Frederic Newton Gisborne, the subject of this biography, is grandson of John, and eldest son of Hartley P. Gisborne, of Darley Dale, Derbyshire; and on his mother’s side received his second name from her famous ancestor, Sir Isaac Newton. He was educated by the Rev. R. Pidcock, vicar of Warslow, Staffordshire, Dr. Cowan, Toxteth Park, Liverpool, and Rev. W. Thompson, of Cheadle, Cheshire, assisted by special instructors in mathematics, civil engineering, botany, etc.

In January, 1842, young Gisborne started upon a journey round the world, and during a tour of three and a half years visited the Cape de Verd and other Atlantic ocean islands, Australia, New Zealand and the Society islands, where he remained some time, taking an active part in withstanding the French occupation of those islands. He quitted Tahiti when the natives were defeated and Queen Pomare was banished to Bola-Bola. He then visited Pitcarn’s Island, the romantic home of the descendants of the mutineers of H.M.S. Bounty, where he was the guest of October Christian, the first child born upon that island. After touching at several other groups he arrived at the Sandwich islands, visiting during subsequent explorations Mouna Roa, the grandest volcano in the world, on the island of Hawaii. Thence he sailed to the Gulf of California, and landing upon the coast, rode across the continent to Vera Cruz, via the City of Mexico. He then travelled through Yucatan and Guatemala, and being from youth a keen sportsman and unerring rifle shot, had many stirring adventures during his travels, which terminated pro tem by his return to England during the spring of 1845.

Stamp issued by Canada in 1987 to commemorate Gisborne’s laying the first ocean cable on this side of the Atlantic, connecting Prince Edward Island with New Brunswick in November 1852

Finding, upon arriving home, that family affairs necessitated prompt action and example, Mr. Gisborne, accompanied by his younger brother Hartley (who, some years later, became Director of telegraphs in Egypt, where he resided for nearly twenty years) sailed for Canada, where they arrived during July, 1845, and almost immediately afterwards purchased a farm near St. Eustache, where they resided until May, 1847. Finding such pursuit uncongenial, and noting the successful advent of the electric telegraph in England and the United States. F. N. Gisborne became one of the first operators of the Montreal Telegraph Company, and for that company opened the first station at Quebec, in the old Merchants’ Exchange.

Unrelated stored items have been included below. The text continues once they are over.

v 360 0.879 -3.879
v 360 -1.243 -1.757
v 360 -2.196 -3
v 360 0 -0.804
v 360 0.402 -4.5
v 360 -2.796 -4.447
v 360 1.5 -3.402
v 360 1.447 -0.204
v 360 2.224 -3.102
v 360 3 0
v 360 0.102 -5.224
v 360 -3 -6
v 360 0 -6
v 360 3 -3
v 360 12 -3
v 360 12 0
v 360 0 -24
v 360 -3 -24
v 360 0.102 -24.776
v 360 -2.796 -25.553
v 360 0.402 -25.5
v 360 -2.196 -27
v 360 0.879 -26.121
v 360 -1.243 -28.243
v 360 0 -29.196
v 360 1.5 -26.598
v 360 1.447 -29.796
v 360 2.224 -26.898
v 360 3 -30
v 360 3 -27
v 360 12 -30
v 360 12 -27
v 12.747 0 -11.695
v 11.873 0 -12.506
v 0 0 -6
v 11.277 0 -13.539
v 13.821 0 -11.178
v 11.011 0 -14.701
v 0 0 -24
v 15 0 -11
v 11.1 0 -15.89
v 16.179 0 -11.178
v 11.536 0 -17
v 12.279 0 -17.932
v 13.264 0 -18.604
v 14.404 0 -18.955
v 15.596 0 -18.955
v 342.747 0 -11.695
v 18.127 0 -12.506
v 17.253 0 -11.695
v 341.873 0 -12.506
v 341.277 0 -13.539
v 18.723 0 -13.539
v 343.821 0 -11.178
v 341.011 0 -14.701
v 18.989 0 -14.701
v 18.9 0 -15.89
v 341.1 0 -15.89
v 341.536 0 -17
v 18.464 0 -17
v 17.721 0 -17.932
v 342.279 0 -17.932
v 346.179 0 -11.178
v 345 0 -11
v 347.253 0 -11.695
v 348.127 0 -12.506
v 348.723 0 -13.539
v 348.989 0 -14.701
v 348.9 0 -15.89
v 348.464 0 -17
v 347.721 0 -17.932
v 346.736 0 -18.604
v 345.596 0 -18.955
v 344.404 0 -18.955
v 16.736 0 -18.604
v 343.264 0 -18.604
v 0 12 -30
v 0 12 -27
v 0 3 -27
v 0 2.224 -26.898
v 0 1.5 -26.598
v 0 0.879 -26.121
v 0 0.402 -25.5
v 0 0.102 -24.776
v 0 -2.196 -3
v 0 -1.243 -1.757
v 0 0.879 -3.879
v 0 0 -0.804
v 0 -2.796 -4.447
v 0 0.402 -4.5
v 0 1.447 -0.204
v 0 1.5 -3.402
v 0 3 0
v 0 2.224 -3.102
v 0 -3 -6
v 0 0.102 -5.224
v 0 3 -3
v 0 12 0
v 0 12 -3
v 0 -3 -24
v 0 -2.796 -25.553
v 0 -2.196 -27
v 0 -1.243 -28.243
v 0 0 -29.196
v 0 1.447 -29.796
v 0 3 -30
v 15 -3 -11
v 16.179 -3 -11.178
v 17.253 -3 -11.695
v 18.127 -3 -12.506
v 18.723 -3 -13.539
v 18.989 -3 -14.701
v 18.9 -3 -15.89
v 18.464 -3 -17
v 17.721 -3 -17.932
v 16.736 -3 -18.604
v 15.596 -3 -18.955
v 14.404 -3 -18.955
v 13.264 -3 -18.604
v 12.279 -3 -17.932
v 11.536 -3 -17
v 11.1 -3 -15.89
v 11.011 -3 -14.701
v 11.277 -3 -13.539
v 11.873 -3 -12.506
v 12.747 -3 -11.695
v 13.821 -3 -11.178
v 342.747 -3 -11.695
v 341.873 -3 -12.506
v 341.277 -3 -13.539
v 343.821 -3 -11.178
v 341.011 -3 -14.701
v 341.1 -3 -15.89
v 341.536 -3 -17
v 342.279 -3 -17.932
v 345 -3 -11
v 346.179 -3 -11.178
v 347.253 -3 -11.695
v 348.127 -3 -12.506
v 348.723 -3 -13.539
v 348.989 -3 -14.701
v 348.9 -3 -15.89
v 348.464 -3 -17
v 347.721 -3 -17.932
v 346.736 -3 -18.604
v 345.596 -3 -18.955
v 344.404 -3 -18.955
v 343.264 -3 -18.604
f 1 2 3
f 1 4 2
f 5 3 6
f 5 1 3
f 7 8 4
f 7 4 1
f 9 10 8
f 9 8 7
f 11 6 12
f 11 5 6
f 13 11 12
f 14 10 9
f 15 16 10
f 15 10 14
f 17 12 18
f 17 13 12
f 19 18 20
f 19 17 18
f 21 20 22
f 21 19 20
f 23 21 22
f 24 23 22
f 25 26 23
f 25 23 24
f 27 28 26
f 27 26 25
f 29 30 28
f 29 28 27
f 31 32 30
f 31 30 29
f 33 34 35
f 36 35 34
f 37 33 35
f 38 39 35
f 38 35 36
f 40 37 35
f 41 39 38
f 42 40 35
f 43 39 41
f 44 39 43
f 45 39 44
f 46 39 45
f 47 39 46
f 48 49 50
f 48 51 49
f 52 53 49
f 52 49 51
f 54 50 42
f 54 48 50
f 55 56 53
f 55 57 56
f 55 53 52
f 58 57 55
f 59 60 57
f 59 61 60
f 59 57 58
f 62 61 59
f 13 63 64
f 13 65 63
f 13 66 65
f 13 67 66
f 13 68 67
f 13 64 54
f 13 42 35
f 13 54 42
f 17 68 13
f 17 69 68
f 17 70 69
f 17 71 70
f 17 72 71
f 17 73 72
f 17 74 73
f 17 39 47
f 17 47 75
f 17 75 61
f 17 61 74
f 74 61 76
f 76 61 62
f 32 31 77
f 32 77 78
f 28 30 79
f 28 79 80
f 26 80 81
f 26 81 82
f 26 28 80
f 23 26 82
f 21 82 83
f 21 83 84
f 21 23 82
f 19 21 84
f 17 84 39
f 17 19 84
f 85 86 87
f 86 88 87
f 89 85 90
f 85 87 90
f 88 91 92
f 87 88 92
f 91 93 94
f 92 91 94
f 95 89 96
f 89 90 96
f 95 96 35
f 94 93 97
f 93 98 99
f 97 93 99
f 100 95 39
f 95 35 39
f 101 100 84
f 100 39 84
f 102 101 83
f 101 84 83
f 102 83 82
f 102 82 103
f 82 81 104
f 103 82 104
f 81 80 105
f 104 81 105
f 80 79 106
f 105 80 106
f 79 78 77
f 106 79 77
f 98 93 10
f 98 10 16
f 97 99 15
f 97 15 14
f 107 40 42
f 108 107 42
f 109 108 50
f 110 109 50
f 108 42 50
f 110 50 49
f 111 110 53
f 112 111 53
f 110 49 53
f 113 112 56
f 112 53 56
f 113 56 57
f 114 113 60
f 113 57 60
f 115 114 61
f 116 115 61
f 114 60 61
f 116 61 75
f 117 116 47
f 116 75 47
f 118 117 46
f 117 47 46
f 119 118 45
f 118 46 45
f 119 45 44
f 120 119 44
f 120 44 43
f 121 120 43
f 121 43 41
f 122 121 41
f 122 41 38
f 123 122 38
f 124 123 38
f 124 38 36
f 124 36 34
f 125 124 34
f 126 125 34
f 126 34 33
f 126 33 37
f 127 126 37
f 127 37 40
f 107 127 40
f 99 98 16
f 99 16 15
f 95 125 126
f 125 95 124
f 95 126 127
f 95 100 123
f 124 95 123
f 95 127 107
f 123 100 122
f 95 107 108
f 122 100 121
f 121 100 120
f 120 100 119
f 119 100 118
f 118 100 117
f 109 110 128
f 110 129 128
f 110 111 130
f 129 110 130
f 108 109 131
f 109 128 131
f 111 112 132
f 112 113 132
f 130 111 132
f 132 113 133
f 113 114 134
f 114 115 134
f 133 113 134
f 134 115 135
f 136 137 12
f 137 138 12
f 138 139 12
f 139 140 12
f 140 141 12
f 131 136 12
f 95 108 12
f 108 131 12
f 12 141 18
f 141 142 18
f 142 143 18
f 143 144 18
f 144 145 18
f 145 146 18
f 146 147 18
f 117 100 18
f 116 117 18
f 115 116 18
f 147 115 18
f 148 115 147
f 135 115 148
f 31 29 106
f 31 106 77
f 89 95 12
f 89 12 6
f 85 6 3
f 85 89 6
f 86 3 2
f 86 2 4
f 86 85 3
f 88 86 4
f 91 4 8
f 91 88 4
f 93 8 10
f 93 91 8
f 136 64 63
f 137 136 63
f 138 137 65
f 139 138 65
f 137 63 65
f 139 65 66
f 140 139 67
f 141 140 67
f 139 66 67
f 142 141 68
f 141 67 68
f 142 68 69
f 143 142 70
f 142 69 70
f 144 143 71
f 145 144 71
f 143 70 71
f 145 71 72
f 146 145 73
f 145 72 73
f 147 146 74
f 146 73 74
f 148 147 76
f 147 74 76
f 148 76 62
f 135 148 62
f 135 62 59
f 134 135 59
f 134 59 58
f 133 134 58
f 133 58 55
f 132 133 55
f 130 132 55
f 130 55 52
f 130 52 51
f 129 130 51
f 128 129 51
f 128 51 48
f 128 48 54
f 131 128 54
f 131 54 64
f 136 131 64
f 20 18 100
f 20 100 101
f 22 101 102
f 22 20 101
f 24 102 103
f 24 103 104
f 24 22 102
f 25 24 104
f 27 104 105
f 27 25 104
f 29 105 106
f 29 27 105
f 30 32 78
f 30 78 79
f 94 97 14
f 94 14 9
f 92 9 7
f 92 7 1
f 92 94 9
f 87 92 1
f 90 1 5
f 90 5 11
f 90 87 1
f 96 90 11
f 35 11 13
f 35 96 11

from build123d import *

# Parameters (mm, degrees)
ESQUISSE2_W                             = 360
ESQUISSE2_H                             = 30
T_LE_DE_BASE_PLI_E1_DEPTH               = 3
T_LE_PLI_E_SUR_AR_TE1_STRIP_W           = 18
T_LE_PLI_E_SUR_AR_TE1_STRIP_H           = 3
T_LE_PLI_E_SUR_AR_TE1_STRIP_CUT_DEPTH   = 360
T_LE_PLI_E_SUR_AR_TE1_STRIP_2_W         = 18
T_LE_PLI_E_SUR_AR_TE1_STRIP_2_H         = 3
T_LE_PLI_E_SUR_AR_TE1_STRIP_CUT_2_DEPTH = 360
T_LE_PLI_E_SUR_AR_TE1_DEPTH             = 360
T_LE_PLI_E_SUR_AR_TE1_BEND_DEPTH        = 360
ENL_V_MAT_EXTRU_1_REACH                 = 363.447
ESQUISSE10_R                            = 4


# Sheet-metal steps are written as plain solids
with BuildPart() as part:
    # Esquisse2 → Tôle de base pliée1 (new body)
    with BuildSketch(Plane(origin=(0, 0, 0), x_dir=(1, 0, 0), z_dir=(0, 1, 0))):
        with Locations((180, 15)):
            Rectangle(ESQUISSE2_W, ESQUISSE2_H)
    extrude(amount=-T_LE_DE_BASE_PLI_E1_DEPTH)

    # Tôle pliée sur arête1 strip (across the edge) → Tôle pliée sur arête1 strip cut (cut)
    with BuildSketch(Plane(origin=(0, 0, 0), x_dir=(0, 0, -1), z_dir=(1, 0, 0))):
        with Locations((-3, -1.5)):
            Rectangle(T_LE_PLI_E_SUR_AR_TE1_STRIP_W, T_LE_PLI_E_SUR_AR_TE1_STRIP_H)
    extrude(amount=T_LE_PLI_E_SUR_AR_TE1_STRIP_CUT_DEPTH, mode=Mode.SUBTRACT)

    # Tôle pliée sur arête1 strip 2 (across the edge) → Tôle pliée sur arête1 strip cut 2 (cut)
    with BuildSketch(Plane(origin=(360, 0, -30), x_dir=(0, 0, 1), z_dir=(-1, 0, 0))):
        with Locations((-3, -1.5)):
            Rectangle(T_LE_PLI_E_SUR_AR_TE1_STRIP_2_W, T_LE_PLI_E_SUR_AR_TE1_STRIP_2_H)
    extrude(amount=T_LE_PLI_E_SUR_AR_TE1_STRIP_CUT_2_DEPTH, mode=Mode.SUBTRACT)

    # Tôle pliée sur arête1 section (across the edge) → Tôle pliée sur arête1 (add)
    with BuildSketch(Plane(origin=(0, 0, 0), x_dir=(0, 0, -1), z_dir=(1, 0, 0))):
        with BuildLine():
            Line((0, 3), (0, 12))
            Line((0, 12), (3, 12))
            Line((3, 12), (3, 3))
            ThreePointArc((3, 3), (3.878679656, 0.878679656), (6, 0))
            Line((6, 0), (6, -3))
            ThreePointArc((6, -3), (1.757359313, -1.242640687), (0, 3))
        make_face()
    extrude(amount=T_LE_PLI_E_SUR_AR_TE1_DEPTH)

    # Tôle pliée sur arête1 section 2 (across the edge) → Tôle pliée sur arête1 bend (add)
    with BuildSketch(Plane(origin=(360, 0, -30), x_dir=(0, 0, 1), z_dir=(-1, 0, 0))):
        with BuildLine():
            Line((0, 3), (0, 12))
            Line((0, 12), (3, 12))
            Line((3, 12), (3, 3))
            ThreePointArc((3, 3), (3.878679656, 0.878679656), (6, 0))
            Line((6, 0), (6, -3))
            ThreePointArc((6, -3), (1.757359313, -1.242640687), (0, 3))
        make_face()
    extrude(amount=T_LE_PLI_E_SUR_AR_TE1_BEND_DEPTH)

    # Esquisse10 → Enlèv. mat.-Extru.1 (cut, up to next)
    with BuildSketch(Plane(origin=(0, 0, 0), x_dir=(1, 0, 0), z_dir=(0, 1, 0)), mode=Mode.PRIVATE) as enl_v_mat_extru_1_sk1:
        with Locations(Location((15, 15, 0), (0, 0, 270))):
            Circle(ESQUISSE10_R)
    enl_v_mat_extru_1_tool1 = extrude(enl_v_mat_extru_1_sk1.sketch, amount=-ENL_V_MAT_EXTRU_1_REACH, mode=Mode.PRIVATE) & part.part
    # Esquisse10 → Enlèv. mat.-Extru.1 (cut, up to next)
    with BuildSketch(Plane(origin=(0, 0, 0), x_dir=(1, 0, 0), z_dir=(0, 1, 0)), mode=Mode.PRIVATE) as enl_v_mat_extru_1_sk2:
        with Locations(Location((345, 15, 0), (0, 0, 270))):
            Circle(ESQUISSE10_R)
    enl_v_mat_extru_1_tool2 = extrude(enl_v_mat_extru_1_sk2.sketch, amount=-ENL_V_MAT_EXTRU_1_REACH, mode=Mode.PRIVATE) & part.part
    add(enl_v_mat_extru_1_tool1.solids().sort_by_distance((15, 0, -15))[0], mode=Mode.SUBTRACT)
    add(enl_v_mat_extru_1_tool2.solids().sort_by_distance((345, 0, -15))[0], mode=Mode.SUBTRACT)


solid = part.part
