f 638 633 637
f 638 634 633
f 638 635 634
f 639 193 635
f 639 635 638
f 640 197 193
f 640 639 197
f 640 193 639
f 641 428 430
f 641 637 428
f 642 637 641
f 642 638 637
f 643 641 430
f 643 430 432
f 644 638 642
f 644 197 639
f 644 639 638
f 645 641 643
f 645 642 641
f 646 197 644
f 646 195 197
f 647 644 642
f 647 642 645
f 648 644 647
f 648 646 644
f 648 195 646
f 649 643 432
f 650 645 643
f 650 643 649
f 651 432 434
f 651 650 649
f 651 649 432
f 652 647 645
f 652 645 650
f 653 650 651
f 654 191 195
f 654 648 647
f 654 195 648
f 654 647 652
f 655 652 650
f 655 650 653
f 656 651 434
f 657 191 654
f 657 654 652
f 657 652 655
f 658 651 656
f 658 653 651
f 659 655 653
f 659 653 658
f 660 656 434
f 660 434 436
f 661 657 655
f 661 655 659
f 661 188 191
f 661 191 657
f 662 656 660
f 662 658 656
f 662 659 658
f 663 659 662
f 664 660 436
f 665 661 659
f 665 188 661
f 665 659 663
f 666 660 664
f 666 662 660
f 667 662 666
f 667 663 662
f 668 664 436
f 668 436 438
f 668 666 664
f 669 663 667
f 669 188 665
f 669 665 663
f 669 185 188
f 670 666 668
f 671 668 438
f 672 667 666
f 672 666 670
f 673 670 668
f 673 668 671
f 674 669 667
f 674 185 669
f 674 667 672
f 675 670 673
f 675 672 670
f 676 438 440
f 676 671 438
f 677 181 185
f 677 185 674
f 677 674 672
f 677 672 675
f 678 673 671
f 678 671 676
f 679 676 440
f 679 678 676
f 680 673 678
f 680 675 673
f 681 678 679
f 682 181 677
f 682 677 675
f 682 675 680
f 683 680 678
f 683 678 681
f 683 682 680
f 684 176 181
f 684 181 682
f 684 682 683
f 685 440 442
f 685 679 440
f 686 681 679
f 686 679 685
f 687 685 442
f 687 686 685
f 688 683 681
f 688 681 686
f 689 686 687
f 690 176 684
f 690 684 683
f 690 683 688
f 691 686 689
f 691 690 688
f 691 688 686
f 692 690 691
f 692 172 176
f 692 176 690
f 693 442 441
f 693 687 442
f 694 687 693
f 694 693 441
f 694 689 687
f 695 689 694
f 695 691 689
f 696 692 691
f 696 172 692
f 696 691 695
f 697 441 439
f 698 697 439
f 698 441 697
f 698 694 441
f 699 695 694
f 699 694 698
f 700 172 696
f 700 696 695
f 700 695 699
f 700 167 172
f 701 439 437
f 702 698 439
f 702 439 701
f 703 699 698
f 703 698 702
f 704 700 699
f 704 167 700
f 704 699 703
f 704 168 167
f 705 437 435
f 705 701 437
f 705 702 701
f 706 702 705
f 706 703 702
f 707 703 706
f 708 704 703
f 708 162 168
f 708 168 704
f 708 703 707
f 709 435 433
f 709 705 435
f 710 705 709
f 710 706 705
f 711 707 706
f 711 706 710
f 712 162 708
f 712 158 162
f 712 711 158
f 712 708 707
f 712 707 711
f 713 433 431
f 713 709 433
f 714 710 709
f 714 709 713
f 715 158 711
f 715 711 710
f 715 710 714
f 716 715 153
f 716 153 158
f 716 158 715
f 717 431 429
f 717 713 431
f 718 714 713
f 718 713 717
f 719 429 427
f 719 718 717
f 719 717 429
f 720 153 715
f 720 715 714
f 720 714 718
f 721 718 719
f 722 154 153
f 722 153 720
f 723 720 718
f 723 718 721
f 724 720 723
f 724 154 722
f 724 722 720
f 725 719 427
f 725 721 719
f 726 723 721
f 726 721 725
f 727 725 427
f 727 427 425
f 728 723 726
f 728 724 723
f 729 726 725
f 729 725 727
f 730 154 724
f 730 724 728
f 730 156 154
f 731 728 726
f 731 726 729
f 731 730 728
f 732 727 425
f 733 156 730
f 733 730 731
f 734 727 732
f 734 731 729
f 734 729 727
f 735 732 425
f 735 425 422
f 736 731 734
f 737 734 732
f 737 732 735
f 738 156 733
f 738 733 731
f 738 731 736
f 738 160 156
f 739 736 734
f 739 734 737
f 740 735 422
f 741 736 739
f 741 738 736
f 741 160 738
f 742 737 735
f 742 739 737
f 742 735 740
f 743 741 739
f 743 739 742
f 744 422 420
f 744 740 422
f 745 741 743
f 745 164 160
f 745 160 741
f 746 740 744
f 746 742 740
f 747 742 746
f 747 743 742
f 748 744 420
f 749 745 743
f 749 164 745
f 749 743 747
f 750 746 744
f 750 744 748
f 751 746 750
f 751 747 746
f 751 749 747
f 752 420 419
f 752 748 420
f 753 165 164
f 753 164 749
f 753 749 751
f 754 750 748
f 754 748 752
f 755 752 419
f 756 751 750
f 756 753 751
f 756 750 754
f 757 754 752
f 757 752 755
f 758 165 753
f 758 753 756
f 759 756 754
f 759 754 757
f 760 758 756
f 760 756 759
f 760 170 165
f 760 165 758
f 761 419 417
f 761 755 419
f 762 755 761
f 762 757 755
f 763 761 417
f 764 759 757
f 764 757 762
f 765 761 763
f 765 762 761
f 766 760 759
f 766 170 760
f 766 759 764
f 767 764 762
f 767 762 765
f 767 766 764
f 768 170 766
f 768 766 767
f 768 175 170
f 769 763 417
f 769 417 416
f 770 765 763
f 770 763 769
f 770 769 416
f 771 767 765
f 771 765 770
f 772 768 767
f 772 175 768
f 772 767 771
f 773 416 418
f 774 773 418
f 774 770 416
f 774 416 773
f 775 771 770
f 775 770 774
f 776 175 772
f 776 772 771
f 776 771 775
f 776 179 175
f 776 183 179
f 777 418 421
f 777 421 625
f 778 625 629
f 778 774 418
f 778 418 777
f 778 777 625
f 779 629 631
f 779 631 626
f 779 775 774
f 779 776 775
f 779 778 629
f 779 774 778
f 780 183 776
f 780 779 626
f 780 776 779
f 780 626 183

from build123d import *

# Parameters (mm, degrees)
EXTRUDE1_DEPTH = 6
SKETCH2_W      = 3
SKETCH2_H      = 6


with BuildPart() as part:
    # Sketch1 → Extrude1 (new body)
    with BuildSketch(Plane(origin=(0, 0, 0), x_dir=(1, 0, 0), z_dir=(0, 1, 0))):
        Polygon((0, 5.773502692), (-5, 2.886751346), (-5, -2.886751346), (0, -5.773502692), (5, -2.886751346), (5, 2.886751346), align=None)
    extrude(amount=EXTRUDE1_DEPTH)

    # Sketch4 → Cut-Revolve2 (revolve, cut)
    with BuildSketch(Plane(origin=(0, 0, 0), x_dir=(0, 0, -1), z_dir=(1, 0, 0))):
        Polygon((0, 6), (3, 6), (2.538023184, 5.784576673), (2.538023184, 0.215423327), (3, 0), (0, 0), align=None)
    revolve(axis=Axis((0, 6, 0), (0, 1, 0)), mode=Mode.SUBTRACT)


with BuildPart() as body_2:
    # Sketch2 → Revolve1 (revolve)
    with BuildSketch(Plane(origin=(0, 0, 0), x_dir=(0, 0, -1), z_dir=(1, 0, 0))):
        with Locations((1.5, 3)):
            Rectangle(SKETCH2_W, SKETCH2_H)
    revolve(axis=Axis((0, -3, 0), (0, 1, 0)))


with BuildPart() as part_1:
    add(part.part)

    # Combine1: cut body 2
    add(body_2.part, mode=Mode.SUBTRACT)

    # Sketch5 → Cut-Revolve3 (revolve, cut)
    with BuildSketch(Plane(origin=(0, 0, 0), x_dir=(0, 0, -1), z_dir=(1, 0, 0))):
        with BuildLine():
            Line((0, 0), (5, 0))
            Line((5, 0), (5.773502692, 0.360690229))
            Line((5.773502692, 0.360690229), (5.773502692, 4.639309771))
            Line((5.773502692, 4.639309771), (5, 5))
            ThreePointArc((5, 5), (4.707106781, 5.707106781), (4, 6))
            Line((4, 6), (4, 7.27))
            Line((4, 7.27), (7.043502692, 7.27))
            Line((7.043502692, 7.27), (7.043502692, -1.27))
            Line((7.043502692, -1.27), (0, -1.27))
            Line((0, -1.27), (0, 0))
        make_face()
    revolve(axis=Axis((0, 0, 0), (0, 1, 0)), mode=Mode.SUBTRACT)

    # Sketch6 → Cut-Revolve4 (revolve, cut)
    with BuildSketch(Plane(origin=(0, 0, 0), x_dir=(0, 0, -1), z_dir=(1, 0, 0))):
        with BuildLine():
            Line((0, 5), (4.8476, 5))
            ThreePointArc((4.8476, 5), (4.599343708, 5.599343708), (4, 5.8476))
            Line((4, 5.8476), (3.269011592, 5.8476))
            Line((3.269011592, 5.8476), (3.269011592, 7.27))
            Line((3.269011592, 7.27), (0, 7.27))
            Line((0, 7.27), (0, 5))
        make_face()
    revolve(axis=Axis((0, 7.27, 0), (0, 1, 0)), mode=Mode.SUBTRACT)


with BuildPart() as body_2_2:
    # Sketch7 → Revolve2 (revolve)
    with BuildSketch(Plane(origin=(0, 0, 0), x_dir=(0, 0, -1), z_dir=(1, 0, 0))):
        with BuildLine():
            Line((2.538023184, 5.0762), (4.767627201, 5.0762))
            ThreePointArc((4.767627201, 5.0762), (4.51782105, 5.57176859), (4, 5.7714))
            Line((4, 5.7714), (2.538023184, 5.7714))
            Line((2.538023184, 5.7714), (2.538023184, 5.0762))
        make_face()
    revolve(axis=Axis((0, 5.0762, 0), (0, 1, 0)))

Associated with the leading men of Quebec, the British North American Electric Telegraph Association was then formed for the purpose of connecting the Maritime Provinces with the Canadas, and with the liberal consent and good will of the Montreal company, Mr. Gisborne was appointed general manager of the association, and was deputed to visit New Brunswick and Nova Scotia, where he explained the new science to the legislatures, then in session, and lectured before the public on the practical value of telegraphic communication throughout the continent. His mission was so successful that the government of Nova Scotia undertook to erect a line from Halifax to Amherst conditionally upon Mr. Gisborne’s services being transferred to them by the association which he represented. This request was finally agreed to, and Mr. Gisborne returned to Quebec via the north shore of New Brunswick, during which journey he walked on snowshoes between Campbelltown and Metis, dragging over 100 lbs. weight on a toboggan across the Gaspé mountains, 108 miles, within three days. For this service he was awarded a handsome gratuity by the association.

From the spring of 1849 to 1851, Mr. Gisborne was superintendent and chief operator of the government lines at Halifax, during which period he was observant of the discovery of gutta-percha as an imperishable, subaqueous, insulating material, prior to which he was associated with the Hon. F.O.J. Smith, of the state of Maine, in several practical experiments for conveying electric signals through submerged uninsulated metallic circuits. Shortly after his arrival in Halifax, Mr. Gisborne strongly advocated an attempt being made to establish telegraphic communication with the Island of Newfoundland, and by permission of the government of Nova Scotia, during the winter of 1850-51, visited that Island, with this special object in view.

When there he contracted to erect a land line between St. John’s and Carbinear, via Harbour Grace, which he completed that summer; and started on September 1st, 1851, with a party of six men to survey on foot a practical route across the widest and most rugged section of Newfoundland, from St. John’s westward to Cape Ray. Parting with his men, mid-way at Long harbour, whence they returned by boat, Mr. Gisborne accomplished the remaining two-thirds of the journey, accompanied by two Indians, one of whom died within a few days, from the hardships encountered.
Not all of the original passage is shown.